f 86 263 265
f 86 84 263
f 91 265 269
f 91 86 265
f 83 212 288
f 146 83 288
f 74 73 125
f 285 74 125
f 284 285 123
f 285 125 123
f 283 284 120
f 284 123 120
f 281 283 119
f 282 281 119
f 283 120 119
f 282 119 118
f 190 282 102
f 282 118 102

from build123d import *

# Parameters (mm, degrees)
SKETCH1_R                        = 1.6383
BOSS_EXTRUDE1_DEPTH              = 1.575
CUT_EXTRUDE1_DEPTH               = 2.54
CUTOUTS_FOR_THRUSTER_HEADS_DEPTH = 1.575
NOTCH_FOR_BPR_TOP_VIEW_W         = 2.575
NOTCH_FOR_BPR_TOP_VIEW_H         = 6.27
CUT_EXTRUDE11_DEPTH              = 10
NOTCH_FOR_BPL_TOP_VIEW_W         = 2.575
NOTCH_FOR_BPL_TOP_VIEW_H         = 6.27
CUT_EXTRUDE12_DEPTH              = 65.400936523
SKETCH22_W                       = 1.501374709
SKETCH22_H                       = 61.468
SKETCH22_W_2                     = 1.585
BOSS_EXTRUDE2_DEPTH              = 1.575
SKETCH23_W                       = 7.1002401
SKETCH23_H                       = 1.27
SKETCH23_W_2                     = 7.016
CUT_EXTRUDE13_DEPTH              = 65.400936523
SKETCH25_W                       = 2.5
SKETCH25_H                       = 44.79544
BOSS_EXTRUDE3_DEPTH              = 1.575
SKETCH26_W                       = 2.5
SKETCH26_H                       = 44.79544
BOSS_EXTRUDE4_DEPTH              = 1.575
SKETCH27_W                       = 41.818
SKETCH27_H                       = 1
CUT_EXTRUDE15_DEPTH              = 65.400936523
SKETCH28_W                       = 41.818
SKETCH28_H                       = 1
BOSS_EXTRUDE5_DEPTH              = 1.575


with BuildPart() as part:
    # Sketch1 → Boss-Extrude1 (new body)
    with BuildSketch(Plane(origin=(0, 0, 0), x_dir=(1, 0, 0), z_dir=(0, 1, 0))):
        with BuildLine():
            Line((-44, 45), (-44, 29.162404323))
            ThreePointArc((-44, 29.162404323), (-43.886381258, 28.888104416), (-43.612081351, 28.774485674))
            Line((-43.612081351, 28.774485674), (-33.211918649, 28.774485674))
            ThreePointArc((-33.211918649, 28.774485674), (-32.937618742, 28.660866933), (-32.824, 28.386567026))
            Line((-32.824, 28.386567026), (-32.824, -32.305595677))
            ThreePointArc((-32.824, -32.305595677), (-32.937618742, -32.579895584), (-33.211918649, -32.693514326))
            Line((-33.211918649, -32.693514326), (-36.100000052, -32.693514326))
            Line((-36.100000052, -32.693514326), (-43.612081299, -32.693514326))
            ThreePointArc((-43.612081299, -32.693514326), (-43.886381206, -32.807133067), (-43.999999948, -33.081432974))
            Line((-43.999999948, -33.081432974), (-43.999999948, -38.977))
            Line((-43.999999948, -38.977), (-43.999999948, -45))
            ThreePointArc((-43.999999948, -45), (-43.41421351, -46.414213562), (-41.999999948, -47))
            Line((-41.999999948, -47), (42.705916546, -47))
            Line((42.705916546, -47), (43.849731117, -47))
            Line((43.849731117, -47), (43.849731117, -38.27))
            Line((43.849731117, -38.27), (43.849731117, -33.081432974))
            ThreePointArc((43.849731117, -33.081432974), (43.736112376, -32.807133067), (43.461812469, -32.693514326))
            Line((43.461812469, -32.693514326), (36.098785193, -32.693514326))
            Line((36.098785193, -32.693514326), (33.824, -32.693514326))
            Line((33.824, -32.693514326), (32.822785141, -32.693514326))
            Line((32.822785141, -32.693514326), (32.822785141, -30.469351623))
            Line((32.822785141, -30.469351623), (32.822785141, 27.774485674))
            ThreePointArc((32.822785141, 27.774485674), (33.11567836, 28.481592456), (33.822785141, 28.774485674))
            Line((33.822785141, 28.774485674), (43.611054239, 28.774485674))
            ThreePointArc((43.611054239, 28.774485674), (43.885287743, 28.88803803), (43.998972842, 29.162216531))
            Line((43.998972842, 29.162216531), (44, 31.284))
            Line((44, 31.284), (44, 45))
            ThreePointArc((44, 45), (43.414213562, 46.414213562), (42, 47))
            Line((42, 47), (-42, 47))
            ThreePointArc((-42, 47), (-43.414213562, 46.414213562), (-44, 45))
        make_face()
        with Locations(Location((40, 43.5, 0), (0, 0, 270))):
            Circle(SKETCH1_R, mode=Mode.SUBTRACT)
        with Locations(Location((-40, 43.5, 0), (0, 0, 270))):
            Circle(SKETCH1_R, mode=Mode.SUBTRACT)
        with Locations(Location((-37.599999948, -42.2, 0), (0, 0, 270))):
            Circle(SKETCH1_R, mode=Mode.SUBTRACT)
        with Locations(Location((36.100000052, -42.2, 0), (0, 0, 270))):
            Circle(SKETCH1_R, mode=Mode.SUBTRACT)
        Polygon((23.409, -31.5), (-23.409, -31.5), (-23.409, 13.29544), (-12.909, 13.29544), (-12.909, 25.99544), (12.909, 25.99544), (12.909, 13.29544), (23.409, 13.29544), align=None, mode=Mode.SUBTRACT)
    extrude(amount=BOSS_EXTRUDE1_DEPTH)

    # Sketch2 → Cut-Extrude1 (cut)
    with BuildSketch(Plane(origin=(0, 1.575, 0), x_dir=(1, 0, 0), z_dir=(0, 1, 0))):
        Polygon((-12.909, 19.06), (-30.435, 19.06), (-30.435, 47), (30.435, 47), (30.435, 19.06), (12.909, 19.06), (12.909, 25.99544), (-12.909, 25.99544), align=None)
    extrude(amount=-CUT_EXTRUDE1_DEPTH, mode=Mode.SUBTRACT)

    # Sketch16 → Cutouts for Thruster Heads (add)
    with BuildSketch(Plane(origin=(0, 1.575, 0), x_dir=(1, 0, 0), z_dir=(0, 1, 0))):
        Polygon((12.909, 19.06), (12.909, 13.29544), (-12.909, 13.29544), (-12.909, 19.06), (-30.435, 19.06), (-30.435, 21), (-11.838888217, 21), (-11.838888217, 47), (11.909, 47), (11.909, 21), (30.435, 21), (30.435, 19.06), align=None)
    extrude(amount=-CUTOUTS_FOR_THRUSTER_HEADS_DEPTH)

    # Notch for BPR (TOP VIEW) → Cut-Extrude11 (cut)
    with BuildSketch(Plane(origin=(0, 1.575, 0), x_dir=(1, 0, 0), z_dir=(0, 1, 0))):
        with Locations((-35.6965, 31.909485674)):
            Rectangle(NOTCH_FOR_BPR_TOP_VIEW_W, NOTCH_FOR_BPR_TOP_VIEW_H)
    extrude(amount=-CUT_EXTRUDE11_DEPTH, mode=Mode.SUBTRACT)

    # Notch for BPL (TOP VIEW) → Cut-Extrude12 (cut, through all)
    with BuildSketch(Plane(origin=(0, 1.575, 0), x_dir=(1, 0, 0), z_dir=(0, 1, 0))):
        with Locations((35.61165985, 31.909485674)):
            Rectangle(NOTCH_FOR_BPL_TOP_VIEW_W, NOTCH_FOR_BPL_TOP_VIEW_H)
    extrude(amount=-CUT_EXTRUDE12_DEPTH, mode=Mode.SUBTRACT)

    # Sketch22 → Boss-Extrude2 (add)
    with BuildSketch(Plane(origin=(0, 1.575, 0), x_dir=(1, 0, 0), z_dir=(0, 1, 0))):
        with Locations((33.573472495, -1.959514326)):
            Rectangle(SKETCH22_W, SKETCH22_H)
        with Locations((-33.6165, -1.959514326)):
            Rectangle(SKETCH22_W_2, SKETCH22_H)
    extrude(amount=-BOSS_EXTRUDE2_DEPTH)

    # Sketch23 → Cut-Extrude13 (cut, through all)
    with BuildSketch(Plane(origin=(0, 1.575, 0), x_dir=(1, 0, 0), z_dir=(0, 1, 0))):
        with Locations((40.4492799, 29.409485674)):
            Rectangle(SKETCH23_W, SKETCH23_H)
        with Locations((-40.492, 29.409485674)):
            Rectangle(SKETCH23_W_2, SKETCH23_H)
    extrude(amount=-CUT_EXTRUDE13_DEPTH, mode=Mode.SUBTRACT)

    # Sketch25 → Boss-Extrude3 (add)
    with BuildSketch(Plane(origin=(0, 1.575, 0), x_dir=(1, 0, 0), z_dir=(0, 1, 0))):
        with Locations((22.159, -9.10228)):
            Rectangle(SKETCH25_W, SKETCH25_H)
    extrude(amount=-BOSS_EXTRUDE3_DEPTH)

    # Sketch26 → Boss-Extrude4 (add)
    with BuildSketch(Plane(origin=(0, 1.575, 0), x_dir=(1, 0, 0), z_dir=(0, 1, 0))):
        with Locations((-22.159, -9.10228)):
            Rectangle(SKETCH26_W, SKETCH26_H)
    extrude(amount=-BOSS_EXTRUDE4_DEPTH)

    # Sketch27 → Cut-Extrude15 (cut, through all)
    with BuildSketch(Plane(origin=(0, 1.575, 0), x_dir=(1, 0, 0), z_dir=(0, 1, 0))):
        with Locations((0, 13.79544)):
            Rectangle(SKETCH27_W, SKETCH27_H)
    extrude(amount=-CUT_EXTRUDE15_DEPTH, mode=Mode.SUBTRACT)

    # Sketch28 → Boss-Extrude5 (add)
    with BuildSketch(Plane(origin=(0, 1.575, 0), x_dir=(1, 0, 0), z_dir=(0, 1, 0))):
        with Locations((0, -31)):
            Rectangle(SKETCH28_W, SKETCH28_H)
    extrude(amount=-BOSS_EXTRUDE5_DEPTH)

◇ ◇ ◇ ◇ ◇ ◇ ◇

> _What you should do_:
Restate the tail of the listing word for word, beginning at the line containing "# Sketch28 → Boss-Extrude5 (add)".

> _Expected output_:
    # Sketch28 → Boss-Extrude5 (add)
    with BuildSketch(Plane(origin=(0, 1.575, 0), x_dir=(1, 0, 0), z_dir=(0, 1, 0))):
        with Locations((0, -31)):
            Rectangle(SKETCH28_W, SKETCH28_H)
    extrude(amount=-BOSS_EXTRUDE5_DEPTH)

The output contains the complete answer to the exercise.